After we saw the sunrise, we packed up and left the hotel, and had the same bouncy jeep ride out of the desert. Today though we could see where we were going, and the jeep ride was a lot more fun. Our task for the day was to head to Warzazat, the Hollywood of Morocco for a night, before making the trek back to Casablanca the next for the flight home. In Warzazat it was a pretty relaxing night, nothing much to report on there. The next morning was our final full day in Morocco, and the only task for the day was to make it to Casablanca, which was a four-five hour drive. About two hours into it the brakes on our bus overheated while we were stopped at a rest stop. We had to wait several hours for a new bus to come. We were stuck on the side of the road overlooking mountains, and fields and beautiful scenery, but we were still stuck there for about two and half hours. We ended up arriving in Casablanca about two hour later than scheduled, and we were supposed to have a dinner with Jewish youth there, but seeing as how we arrived after ten o'clock they were all asleep. We had a quick dinner, then made our way back to the hotel for a brief night's sleep before boarding a late (TurkishAir is always late) plane which stopped in Istanbul en route to Israel.
Overall Morocco was absolutely incredible and wonderful and amazing.

A Berber Village, the Sahara and the Hollywood of Morocco

The last couple days of the trip were the most crazy and involved the longest time sitting on a bus, but they were also the most incredible. From Marrakesh we made out way to a small Berber village called Tillhouette. Along the way we had been invited to attend a Hillulah in another small village. A Hillulah is a celebration that occurs on the day of the yortzeit (anniversary of the death) of a Rabbi or another important Jewish figure. Unfortunately I don't even remember the name of the Rabbi of the one we attended. I do remember the village though. It was a very small village, donkeys were everywhere. We wound our way up to the crest of this hill, on which a small Jewish club resided. The main feature of the Jewish club was the graves of these two Rabbi which had been built after a donation from a wealthy Jewish man in Marrakesh. A (now) old woman, who was there, was told in a dream that this was where the graves had to be put, and thus they were built there. After the Hillulah when we were making our way back down to the bus, I and two friends got caught in the middle of a sheep herd. We thought there were going to run into us and we were going to be doing a hot potato dance to avoid being trampled but it was like oil and water, they just moved around us giving us a wide berth of space.
The Sheep Herd
From there we traveled to this village; Tillhouette. It was a very long bus ride and then another hour or so in these rickety vans because the roads became to narrow for the bus to transverse. We arrived in this small Berber village and because of the trek it took to get there I am sure it is not a popular tourist spot. We toured a Cashbah (castle or fortress) which was honestly just a really really cool old building.

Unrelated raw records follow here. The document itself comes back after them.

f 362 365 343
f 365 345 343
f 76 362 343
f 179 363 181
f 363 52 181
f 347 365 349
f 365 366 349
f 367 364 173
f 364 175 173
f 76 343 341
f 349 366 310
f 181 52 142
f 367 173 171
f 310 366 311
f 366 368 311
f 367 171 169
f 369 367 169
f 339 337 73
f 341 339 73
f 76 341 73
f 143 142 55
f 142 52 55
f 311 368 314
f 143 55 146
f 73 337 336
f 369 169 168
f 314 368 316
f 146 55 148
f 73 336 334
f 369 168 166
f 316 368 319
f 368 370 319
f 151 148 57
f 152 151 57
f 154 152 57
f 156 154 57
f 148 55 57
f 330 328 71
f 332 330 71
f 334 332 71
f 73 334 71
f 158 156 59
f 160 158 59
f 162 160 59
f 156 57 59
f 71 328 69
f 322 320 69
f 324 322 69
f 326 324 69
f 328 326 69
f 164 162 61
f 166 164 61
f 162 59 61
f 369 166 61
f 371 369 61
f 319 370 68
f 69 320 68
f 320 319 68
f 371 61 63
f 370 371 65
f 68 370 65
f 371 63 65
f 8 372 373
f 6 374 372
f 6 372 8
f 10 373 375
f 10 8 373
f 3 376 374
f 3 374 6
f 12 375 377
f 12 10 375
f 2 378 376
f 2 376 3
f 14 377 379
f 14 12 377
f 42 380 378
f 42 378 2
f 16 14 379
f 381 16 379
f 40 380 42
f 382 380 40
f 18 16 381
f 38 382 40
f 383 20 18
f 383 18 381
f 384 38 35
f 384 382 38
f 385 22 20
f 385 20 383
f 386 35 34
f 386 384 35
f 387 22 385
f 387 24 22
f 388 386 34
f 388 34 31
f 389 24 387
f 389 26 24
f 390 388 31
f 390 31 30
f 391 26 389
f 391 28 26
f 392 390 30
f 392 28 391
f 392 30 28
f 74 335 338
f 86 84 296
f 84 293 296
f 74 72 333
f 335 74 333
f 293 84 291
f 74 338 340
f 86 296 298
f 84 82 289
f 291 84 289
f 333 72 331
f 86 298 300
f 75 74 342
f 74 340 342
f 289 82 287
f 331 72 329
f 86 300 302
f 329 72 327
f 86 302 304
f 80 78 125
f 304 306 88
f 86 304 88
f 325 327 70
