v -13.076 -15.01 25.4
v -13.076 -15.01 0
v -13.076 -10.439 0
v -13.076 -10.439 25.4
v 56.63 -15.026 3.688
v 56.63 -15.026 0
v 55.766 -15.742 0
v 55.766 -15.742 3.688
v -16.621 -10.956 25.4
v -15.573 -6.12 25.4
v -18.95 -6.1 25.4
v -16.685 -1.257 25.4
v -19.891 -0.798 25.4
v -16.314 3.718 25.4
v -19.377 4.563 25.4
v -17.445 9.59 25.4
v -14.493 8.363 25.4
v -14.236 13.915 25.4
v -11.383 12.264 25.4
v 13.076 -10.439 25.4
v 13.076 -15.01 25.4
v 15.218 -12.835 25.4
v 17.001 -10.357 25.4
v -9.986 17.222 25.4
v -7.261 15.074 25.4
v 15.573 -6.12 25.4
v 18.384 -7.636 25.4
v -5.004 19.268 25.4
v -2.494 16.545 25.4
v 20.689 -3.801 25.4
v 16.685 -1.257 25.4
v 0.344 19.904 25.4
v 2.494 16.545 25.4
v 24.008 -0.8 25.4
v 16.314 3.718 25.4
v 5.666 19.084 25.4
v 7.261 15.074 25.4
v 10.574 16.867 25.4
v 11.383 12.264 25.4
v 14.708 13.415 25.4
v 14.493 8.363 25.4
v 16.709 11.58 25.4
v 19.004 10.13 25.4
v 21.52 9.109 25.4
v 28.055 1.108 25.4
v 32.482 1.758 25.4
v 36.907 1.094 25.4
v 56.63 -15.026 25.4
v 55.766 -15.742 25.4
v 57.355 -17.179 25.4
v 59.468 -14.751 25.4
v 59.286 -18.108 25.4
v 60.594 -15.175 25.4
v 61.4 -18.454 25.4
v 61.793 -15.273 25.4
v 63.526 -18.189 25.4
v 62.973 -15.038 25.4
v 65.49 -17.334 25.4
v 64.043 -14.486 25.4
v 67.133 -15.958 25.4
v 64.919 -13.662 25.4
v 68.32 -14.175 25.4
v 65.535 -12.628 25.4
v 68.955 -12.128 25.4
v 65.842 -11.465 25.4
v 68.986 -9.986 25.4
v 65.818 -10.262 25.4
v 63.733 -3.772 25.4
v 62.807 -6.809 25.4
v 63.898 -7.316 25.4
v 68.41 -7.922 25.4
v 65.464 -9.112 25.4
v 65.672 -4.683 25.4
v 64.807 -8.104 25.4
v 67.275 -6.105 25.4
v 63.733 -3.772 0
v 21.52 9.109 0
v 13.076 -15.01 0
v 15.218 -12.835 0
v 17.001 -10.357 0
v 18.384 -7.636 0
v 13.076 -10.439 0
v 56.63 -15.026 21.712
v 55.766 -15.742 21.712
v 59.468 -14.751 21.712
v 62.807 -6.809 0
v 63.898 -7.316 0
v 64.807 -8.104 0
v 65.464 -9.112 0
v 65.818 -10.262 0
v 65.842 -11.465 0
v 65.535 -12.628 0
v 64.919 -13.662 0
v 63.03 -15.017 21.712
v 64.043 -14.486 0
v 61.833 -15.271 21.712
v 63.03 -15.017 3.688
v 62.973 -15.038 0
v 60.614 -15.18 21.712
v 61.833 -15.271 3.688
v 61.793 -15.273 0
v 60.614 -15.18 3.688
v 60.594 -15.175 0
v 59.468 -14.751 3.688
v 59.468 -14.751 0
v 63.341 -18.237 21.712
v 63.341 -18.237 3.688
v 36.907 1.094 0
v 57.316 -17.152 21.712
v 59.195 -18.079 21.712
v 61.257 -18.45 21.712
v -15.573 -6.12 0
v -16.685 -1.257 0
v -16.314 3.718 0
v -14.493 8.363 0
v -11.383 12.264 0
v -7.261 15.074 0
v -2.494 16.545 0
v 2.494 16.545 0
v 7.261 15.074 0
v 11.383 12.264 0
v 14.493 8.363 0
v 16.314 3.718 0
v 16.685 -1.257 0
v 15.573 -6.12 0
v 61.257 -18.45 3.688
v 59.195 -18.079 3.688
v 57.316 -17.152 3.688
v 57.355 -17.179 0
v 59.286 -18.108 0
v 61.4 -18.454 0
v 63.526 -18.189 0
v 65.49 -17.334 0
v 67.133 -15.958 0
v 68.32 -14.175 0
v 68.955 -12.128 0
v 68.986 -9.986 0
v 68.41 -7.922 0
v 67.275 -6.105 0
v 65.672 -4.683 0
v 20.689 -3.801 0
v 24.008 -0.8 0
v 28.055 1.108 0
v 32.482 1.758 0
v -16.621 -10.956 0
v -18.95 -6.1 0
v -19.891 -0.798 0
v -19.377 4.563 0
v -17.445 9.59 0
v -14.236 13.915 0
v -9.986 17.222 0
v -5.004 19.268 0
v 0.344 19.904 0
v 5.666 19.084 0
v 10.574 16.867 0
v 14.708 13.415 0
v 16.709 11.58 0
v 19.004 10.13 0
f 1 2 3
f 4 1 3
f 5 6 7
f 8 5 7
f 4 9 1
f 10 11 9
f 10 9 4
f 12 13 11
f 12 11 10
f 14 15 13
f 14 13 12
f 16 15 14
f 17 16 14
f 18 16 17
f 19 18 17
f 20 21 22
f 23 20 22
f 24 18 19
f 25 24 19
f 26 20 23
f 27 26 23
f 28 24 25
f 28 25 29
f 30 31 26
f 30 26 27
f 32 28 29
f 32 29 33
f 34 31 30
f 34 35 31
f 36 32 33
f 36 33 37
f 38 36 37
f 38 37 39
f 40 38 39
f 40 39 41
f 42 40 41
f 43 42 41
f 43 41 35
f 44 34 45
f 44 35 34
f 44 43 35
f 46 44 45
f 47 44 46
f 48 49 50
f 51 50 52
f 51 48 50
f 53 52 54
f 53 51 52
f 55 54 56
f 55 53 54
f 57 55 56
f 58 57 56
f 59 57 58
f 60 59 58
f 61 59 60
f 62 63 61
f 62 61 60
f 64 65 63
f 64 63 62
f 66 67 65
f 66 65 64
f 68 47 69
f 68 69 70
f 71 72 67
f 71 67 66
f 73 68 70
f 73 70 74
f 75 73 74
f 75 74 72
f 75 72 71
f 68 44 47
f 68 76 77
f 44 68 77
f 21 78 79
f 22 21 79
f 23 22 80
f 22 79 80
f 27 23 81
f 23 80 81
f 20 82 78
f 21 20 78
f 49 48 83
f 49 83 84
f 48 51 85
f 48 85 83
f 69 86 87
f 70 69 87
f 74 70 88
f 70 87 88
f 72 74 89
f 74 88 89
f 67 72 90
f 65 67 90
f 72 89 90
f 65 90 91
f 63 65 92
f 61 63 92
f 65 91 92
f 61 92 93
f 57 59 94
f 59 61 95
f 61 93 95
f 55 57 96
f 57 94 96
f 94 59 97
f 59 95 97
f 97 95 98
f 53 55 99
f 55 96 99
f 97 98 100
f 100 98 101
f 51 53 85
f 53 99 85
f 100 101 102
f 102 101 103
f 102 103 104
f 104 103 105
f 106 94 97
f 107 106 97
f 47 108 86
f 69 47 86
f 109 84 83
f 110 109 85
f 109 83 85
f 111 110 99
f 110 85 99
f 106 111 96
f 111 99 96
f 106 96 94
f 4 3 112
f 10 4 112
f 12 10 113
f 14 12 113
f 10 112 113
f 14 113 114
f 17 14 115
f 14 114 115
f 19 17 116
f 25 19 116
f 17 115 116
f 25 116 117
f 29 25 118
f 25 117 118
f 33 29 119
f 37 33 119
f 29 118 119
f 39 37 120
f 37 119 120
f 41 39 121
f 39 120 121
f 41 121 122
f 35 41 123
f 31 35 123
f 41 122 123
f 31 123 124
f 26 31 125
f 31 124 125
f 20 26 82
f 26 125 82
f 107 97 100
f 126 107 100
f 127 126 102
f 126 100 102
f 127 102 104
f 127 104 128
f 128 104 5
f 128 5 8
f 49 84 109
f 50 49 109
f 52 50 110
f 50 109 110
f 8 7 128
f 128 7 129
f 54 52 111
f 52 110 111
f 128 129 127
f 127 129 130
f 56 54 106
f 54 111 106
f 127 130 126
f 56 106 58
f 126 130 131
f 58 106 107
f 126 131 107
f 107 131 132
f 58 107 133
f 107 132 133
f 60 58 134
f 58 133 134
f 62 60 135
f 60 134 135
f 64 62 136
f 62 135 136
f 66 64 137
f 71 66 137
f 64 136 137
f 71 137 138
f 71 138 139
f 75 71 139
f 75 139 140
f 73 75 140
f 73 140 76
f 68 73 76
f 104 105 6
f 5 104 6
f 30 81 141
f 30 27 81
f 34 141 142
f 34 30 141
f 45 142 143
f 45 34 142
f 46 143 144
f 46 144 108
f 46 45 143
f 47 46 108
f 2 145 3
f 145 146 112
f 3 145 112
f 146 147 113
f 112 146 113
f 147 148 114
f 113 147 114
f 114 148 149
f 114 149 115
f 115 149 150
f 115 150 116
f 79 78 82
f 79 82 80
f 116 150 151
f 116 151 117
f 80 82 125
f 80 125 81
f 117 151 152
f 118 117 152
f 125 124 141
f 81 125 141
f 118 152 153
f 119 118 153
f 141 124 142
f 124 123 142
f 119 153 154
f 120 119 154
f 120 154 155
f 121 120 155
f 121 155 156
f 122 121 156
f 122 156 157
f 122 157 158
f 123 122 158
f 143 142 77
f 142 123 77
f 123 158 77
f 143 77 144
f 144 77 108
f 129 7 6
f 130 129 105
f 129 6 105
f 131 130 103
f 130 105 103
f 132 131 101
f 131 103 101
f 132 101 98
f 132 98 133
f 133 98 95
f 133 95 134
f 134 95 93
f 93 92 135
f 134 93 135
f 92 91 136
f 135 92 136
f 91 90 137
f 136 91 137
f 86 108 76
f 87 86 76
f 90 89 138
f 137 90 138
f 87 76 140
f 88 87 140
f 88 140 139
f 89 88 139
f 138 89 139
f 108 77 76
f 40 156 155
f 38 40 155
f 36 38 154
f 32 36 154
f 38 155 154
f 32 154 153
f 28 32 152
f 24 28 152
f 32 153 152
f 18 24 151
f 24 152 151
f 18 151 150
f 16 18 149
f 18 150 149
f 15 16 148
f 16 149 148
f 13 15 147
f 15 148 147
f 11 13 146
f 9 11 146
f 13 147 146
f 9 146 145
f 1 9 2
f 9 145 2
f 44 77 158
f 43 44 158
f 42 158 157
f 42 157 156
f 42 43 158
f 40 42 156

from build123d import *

# Parameters (mm, degrees)
F1_DEPTH    = 25.4
F2_R        = 15.24
F3_T1_DEPTH = 36.0903109365
F4_W        = 3.5194646057
F4_H        = 9.0122472823
F4_W_2      = 2.8517952656
F4_W_3      = 4.2412726252
F5_DEPTH    = 25.4


# Not quite as in the source:
# - a fillet or chamfer that OpenCascade refuses, or shapes differently, is made with other operations: its cross-section is extruded or revolved along the edge and cut away or added


with BuildPart() as f1:
    # F0 (on Top) → F1 (new body)
    with BuildSketch(Plane.XY):
        with BuildLine():
            ThreePointArc((-13.0763784004, -10.4391818642), (0, 16.73225), (13.0763784004, -10.4391818642))
            Line((13.0763784004, -10.4391818642), (13.0763784004, -15.0102275297))
            ThreePointArc((13.0763784004, -15.0102275297), (19.2516474294, -5.0668208785), (18.7713860197, 6.6282478426))
            Line((18.7713860197, 6.6282478426), (62.8066707781, -6.8086651928))
            ThreePointArc((62.8066707781, -6.8086651928), (65.147620689, -13.3496506564), (58.2099580532, -13.7148553544))
            Line((58.2099580532, -13.7148553544), (55.7661979944, -15.7418387719))
            ThreePointArc((55.7661979944, -15.7418387719), (67.7906892269, -15.1088589169), (63.7333095074, -3.7718962412))
            Line((63.7333095074, -3.7718962412), (16.9015827692, 10.5183222263))
            ThreePointArc((16.9015827692, 10.5183222263), (-12.9067718767, 15.1563136113), (-13.0763784004, -15.0102275297))
            Line((-13.0763784004, -15.0102275297), (-13.0763784004, -10.4391818642))
        make_face()
    extrude(amount=F1_DEPTH)

    # F2
    f2_edges = [f1.edges().sort_by_distance(p)[0] for p in [
        (16.901583, 10.518322, 12.7),
        (18.771386, 6.628248, 12.7),
    ]]
    fillet(f2_edges, radius=F2_R)

    # F3: chamfer of 2.54 on 1 edges, made by hand

    # F3_s2 → F3_t1 (cut)
    with BuildSketch(Plane.XY.offset(-5.3451554683)):
        with BuildLine():
            Line((59.4681740413, -14.7511998168), (56.6296179231, -15.0256727671))
            Line((56.6296179231, -15.0256727671), (58.2099580532, -13.7148553544))
            ThreePointArc((58.2099580532, -13.7148553544), (58.8184317915, -14.3160957873), (59.4681740413, -14.7511998168))
        make_face()
    extrude(amount=F3_T1_DEPTH, mode=Mode.SUBTRACT)

    # F4 (on face) → F5 (cut)
    with BuildSketch(Plane(origin=(1.9640154801, -20.3115394411, 0), x_dir=(-0.9953576095, -0.0962456715, 0), z_dir=(-0.0962456715, 0.9953576095, 0))):
        with Locations((-59.5320927234, 8.1938763589)):
            Rectangle(F4_W, F4_H)
        with Locations((-59.5320927234, 17.2061236411)):
            Rectangle(F4_W, F4_H)
        with Locations((-56.3464627878, 17.2061236411)):
            Rectangle(F4_W_2, F4_H)
        with Locations((-56.3464627878, 8.1938763589)):
            Rectangle(F4_W_2, F4_H)
        with Locations((-52.7999288424, 8.1938763589)):
            Rectangle(F4_W_3, F4_H)
        with Locations((-52.7999288424, 17.2061236411)):
            Rectangle(F4_W_3, F4_H)
    extrude(amount=-F5_DEPTH, mode=Mode.SUBTRACT)


solid = f1.part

Then we sat around a fire with many of the local villagers. The Berber women performed dances and songs, and encouraged/forced all of the Kivunim females to join them. It was quite unreal, it looked like something you'd see in a movie.
Local Berber Child
Cashbah



There was this one hotel, I guess you would call it there, and that's where we all stayed. They made us a home cooked meal very similar to the one we had had the night before, soup and couscous. And then the evening was hours. There wasn't much to do in this village but oh my, the stars there were magical. There was no light pollution from anything, so just a black sky and an absolutely gorgeous array of stars. It was so amazing. I could have lied there forever, if only it wasn't so cold.

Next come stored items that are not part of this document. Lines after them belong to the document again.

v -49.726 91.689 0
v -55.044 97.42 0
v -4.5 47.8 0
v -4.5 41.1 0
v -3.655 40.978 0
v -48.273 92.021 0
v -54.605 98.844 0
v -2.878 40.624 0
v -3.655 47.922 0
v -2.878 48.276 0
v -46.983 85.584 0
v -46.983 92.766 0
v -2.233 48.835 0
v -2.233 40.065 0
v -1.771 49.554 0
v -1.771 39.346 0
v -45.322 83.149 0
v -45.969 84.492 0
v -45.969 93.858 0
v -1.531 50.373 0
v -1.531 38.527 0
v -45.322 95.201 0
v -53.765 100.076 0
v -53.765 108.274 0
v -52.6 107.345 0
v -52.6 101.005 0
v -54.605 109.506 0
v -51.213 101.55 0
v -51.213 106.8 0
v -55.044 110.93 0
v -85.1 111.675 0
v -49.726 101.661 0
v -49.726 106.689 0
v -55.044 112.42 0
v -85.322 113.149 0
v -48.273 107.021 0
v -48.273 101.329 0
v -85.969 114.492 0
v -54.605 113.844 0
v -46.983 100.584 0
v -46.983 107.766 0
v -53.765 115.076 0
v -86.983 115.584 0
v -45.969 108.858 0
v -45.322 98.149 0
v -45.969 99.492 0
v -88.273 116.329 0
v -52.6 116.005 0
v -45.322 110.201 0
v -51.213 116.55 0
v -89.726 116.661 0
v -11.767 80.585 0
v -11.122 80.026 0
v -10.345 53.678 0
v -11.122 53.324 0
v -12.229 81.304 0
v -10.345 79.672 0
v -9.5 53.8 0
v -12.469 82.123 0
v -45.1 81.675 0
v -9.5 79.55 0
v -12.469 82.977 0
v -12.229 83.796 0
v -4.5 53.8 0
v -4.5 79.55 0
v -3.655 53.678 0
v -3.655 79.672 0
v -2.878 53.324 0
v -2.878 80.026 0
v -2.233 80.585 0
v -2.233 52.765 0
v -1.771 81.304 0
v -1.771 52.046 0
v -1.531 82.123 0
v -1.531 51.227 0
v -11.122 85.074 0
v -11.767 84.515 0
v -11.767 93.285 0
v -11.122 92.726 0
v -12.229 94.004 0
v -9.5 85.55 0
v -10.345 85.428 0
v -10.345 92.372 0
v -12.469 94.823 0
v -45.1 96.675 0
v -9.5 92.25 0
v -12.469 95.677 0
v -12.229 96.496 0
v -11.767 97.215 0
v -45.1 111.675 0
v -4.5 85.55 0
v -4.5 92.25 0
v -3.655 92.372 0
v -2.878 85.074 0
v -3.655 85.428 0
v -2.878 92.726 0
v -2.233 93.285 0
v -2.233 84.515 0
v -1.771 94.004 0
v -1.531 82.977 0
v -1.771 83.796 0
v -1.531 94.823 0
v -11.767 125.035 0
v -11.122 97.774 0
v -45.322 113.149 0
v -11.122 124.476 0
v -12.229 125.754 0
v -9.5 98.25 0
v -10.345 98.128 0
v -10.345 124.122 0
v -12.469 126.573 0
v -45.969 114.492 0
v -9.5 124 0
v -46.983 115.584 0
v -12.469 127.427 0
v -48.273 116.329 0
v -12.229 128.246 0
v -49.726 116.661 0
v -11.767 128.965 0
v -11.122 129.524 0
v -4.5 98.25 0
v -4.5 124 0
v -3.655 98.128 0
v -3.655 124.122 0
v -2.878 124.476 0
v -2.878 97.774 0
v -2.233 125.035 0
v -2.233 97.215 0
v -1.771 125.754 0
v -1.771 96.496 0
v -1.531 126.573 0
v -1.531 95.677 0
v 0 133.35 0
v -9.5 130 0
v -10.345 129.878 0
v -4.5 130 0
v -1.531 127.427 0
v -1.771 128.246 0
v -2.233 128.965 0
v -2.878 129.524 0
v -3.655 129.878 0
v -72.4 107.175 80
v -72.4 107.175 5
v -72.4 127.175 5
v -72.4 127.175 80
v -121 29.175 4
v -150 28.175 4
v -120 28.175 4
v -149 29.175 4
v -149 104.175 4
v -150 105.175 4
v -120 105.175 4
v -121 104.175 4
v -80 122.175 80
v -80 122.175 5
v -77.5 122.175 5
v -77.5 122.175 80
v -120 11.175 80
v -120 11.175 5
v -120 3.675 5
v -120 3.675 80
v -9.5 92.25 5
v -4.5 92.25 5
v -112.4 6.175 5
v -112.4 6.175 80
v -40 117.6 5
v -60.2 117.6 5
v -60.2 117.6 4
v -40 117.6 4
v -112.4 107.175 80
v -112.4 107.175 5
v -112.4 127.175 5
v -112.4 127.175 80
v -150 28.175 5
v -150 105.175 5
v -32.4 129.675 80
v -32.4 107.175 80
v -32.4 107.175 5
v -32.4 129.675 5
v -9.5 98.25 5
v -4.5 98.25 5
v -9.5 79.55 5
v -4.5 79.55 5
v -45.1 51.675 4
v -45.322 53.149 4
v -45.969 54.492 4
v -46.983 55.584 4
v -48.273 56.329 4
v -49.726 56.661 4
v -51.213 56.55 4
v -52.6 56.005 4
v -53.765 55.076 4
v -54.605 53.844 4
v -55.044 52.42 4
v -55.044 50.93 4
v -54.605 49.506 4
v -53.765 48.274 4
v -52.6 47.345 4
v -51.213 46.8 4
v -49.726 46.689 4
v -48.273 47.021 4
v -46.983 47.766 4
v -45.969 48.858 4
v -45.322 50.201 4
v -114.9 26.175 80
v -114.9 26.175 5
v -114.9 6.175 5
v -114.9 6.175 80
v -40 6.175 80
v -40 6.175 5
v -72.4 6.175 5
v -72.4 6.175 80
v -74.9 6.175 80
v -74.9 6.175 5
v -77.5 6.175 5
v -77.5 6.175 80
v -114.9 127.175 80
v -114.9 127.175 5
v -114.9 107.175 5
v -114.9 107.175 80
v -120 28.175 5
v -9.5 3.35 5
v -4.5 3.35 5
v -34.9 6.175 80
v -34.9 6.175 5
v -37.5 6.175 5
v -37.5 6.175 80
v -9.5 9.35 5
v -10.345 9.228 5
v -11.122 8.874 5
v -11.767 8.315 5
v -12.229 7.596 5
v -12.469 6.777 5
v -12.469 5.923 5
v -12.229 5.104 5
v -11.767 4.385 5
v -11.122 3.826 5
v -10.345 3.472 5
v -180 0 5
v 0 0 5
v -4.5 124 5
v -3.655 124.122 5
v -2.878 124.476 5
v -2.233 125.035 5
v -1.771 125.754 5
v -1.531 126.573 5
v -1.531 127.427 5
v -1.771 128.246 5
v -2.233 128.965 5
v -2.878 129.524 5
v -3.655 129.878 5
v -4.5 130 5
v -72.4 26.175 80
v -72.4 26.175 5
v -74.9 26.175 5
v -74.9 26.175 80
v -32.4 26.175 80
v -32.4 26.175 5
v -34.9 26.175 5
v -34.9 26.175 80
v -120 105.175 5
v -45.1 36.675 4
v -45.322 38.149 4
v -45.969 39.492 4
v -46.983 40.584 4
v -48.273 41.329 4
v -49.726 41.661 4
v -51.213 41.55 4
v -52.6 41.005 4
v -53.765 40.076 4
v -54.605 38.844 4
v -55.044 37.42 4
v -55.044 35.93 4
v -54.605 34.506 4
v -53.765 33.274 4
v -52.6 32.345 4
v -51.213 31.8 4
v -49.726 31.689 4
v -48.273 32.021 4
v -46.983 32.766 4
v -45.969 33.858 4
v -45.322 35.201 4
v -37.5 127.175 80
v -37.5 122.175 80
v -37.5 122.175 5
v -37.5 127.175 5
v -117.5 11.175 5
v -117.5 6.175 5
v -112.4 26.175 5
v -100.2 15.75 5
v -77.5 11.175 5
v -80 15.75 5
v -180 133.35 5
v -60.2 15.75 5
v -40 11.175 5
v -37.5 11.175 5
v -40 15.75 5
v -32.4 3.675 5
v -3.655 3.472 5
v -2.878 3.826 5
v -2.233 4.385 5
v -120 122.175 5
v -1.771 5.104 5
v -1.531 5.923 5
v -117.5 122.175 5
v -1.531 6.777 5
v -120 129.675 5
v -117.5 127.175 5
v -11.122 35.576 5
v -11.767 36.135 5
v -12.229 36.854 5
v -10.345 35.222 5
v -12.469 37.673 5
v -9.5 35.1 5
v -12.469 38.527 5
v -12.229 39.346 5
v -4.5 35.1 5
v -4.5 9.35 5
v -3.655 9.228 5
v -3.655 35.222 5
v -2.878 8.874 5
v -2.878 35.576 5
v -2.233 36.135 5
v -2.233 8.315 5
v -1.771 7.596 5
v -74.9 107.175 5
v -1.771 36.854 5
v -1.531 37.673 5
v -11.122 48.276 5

The next day we packed up early, took the vans back to the bus and settled in for the longest bus ride of the trip to the Sahara. Along the way we stopped at a gorge, which was quite striking. A small stream ran down the center, and on either side loomed these huge cliffs.
The Gorge
But it was nothing to what were going to see in the Sahara. The extensive day of travel ended with an hour Jeep ride in the desert to the hotel we were spending the night at. It was pitch black and we could not see where we were going in the slightest.